Recent versions of vim hijack this by default (`set mouse=a`). This makes the
middle click paste the default vim register instead of the X selection. To
paste from X, you must shift+click.

Personally, I can't understand why anyone would want this, but anyway. The
best part is that you can't easily disable this globally, i.e. by putting `set
mouse=` in /etc/vim/vimrc. Because if a given user does not have a ~/.vimrc of
their own, then defaults.vim gets loaded _after_ /etc/vim, overriding anything
set there.

------
pavelevst
Thanks to nano team for great work. It’s my favorite terminal editor for last
10 years. Too bad many systems has vi as default editor

Most liked features: kut lines, page up/down, easy search, syntax
highlighting, editing long lines

------
jjice
When I was in high school and used my first Linux machine (a Raspberry Pi),
Nano was always the recommended editor when I had to edit config files while
not knowing what I was actually doing.
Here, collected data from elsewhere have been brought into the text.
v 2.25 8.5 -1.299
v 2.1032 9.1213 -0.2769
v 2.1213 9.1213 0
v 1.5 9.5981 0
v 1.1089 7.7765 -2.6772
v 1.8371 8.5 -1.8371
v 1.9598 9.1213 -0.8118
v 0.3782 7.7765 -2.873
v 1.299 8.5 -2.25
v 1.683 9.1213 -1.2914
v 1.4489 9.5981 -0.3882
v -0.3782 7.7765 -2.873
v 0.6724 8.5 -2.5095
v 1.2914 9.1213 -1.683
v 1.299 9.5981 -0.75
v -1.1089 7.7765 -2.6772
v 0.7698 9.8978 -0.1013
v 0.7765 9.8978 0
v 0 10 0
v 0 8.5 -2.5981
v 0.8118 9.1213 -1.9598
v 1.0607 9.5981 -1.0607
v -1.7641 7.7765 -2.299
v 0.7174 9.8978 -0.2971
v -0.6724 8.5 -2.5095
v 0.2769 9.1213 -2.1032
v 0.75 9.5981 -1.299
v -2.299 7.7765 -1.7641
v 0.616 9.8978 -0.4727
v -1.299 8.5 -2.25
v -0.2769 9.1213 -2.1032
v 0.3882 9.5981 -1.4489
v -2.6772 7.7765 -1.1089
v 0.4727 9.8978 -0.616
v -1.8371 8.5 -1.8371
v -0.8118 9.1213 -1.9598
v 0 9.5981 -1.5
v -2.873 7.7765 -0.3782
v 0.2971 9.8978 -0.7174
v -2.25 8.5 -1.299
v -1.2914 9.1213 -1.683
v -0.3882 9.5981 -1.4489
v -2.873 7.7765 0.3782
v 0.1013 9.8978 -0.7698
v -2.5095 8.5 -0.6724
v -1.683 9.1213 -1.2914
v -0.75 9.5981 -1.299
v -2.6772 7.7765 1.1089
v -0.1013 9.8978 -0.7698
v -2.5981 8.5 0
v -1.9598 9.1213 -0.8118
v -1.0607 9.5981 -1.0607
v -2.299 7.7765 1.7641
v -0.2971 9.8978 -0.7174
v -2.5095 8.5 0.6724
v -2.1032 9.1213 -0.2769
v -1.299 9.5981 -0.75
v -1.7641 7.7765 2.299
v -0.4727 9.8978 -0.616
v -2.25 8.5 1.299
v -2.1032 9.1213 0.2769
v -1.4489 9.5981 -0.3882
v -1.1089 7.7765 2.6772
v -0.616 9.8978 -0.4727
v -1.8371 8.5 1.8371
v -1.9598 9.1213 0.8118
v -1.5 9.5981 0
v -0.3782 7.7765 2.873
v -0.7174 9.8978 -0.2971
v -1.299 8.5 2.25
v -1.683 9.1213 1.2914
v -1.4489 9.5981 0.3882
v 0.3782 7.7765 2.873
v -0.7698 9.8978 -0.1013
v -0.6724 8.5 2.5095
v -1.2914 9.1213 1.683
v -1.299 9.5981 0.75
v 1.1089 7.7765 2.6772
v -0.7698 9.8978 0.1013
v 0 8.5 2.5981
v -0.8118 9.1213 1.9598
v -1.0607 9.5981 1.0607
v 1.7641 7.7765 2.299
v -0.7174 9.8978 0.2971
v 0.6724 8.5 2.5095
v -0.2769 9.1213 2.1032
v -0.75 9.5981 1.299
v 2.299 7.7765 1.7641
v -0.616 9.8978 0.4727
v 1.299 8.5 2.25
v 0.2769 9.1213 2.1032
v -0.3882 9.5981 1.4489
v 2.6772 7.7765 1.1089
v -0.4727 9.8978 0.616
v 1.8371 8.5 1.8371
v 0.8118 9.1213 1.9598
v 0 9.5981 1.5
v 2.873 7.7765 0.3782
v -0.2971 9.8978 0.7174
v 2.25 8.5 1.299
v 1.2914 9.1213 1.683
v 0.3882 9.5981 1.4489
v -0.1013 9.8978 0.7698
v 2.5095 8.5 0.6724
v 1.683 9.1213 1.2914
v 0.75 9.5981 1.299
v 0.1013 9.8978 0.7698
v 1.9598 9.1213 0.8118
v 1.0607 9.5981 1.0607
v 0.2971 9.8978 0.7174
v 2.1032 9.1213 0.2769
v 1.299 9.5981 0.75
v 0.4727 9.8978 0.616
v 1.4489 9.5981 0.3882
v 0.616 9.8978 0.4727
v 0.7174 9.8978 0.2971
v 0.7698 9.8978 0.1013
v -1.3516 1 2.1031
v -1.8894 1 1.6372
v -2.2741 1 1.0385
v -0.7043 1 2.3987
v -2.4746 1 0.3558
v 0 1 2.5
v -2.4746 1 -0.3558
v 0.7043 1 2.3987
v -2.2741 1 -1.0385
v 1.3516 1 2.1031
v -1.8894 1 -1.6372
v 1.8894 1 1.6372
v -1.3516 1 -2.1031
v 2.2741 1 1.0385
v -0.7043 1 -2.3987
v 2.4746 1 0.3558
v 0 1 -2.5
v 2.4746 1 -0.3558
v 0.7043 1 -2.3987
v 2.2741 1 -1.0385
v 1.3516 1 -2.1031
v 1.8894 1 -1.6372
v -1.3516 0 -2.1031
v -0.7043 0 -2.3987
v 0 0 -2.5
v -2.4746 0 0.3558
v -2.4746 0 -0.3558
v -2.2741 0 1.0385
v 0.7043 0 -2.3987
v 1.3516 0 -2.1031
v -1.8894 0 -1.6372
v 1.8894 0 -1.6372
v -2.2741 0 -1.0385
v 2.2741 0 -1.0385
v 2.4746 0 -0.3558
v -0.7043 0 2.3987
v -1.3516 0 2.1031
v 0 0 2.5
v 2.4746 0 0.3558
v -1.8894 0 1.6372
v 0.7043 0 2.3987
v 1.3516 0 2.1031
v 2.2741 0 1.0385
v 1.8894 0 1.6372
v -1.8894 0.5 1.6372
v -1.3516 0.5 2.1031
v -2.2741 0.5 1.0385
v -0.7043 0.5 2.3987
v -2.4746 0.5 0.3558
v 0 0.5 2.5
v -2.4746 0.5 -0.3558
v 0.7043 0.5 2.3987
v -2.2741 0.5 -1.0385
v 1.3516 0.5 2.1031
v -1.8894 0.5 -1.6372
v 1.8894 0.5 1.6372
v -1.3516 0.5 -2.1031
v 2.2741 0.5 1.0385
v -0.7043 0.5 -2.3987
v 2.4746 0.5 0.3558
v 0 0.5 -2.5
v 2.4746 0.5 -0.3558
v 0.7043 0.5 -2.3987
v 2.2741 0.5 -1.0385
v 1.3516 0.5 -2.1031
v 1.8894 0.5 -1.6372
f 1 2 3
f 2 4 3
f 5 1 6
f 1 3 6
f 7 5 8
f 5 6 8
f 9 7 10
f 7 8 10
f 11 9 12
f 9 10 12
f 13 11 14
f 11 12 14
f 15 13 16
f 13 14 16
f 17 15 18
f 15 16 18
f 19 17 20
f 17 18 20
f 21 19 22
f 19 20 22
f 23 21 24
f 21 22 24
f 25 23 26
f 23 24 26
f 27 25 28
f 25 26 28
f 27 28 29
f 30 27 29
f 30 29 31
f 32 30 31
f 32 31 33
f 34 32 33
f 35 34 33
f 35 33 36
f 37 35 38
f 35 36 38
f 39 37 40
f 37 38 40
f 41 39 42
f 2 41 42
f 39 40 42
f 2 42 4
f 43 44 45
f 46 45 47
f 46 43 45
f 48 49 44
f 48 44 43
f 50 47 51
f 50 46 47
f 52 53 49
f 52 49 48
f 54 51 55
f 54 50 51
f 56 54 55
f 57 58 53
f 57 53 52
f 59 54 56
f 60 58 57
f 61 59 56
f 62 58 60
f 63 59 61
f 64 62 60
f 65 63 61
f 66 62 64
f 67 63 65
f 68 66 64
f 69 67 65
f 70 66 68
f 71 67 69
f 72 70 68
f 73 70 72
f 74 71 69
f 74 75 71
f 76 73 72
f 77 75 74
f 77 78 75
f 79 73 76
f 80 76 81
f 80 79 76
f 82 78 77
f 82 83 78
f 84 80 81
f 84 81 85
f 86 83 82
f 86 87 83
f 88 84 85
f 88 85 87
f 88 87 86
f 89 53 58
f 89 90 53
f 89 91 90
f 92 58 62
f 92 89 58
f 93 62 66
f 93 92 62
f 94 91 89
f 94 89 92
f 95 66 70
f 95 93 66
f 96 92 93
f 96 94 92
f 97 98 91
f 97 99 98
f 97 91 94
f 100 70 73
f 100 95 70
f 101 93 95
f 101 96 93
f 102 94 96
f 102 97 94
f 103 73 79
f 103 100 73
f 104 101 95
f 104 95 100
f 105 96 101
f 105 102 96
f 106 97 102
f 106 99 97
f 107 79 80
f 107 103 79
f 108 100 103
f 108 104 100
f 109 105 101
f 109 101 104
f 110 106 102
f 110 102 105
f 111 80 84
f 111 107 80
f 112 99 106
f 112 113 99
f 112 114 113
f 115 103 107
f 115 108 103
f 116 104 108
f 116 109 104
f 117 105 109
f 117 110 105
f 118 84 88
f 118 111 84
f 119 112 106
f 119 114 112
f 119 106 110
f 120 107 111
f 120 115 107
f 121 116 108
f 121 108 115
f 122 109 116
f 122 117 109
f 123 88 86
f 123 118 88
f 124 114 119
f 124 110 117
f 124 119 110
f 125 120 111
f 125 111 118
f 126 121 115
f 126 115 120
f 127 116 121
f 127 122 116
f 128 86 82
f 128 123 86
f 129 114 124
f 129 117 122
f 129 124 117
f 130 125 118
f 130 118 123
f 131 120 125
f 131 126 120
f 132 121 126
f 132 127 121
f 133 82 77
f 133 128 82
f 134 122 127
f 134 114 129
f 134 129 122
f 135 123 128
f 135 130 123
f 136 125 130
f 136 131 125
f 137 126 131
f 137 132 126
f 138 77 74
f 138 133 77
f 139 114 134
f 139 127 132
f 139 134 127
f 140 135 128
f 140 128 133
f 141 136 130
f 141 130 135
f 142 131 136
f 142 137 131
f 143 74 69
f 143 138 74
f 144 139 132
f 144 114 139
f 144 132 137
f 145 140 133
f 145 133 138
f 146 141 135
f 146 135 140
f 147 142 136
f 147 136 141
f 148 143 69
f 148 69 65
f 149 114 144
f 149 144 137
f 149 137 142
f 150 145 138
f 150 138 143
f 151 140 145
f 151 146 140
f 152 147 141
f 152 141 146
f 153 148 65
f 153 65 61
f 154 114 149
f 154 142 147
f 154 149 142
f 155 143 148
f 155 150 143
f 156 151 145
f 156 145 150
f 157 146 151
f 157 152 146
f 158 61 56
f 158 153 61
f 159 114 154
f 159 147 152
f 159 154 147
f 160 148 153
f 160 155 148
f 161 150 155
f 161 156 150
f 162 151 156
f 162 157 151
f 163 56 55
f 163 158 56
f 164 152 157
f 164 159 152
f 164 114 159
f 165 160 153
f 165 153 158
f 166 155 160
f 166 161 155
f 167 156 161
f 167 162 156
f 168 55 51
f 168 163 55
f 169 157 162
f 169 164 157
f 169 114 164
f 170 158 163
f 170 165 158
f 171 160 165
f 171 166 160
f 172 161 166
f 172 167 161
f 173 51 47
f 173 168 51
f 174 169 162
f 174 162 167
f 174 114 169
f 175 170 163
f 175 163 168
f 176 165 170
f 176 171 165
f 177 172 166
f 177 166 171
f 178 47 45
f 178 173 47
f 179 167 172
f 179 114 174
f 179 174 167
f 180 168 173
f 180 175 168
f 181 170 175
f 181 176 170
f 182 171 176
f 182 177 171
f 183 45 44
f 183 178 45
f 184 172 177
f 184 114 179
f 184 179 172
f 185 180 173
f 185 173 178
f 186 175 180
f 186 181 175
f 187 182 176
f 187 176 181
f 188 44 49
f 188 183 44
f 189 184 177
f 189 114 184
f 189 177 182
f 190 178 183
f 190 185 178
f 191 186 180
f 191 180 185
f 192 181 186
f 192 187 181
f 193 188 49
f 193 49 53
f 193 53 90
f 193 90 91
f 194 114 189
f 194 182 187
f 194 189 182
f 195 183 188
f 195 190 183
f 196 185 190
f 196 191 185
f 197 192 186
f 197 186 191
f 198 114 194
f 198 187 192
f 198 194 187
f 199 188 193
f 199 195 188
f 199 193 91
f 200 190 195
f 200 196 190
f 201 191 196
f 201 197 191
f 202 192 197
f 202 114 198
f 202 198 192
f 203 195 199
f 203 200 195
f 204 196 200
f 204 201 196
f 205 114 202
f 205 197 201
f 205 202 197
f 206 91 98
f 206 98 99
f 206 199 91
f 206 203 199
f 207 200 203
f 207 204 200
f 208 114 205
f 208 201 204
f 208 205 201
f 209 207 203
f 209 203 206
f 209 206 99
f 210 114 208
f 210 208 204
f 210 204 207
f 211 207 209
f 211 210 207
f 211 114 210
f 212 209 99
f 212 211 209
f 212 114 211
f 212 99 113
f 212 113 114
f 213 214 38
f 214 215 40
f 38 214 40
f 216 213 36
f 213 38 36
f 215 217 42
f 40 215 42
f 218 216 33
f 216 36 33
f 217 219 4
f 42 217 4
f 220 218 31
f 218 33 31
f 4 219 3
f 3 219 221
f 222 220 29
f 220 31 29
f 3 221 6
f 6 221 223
Nano is great for those use cases for
sure.

But as I've spent more and more time with Unix systems, Vim was become by go
to choice. The customizability and power of Vim is great, but there is a steep
learning curve if you've never used a Unix machine before and you're just
trying to get WiFi working.

With that said, use what you like, all text editors do the same job in the
end: edit text.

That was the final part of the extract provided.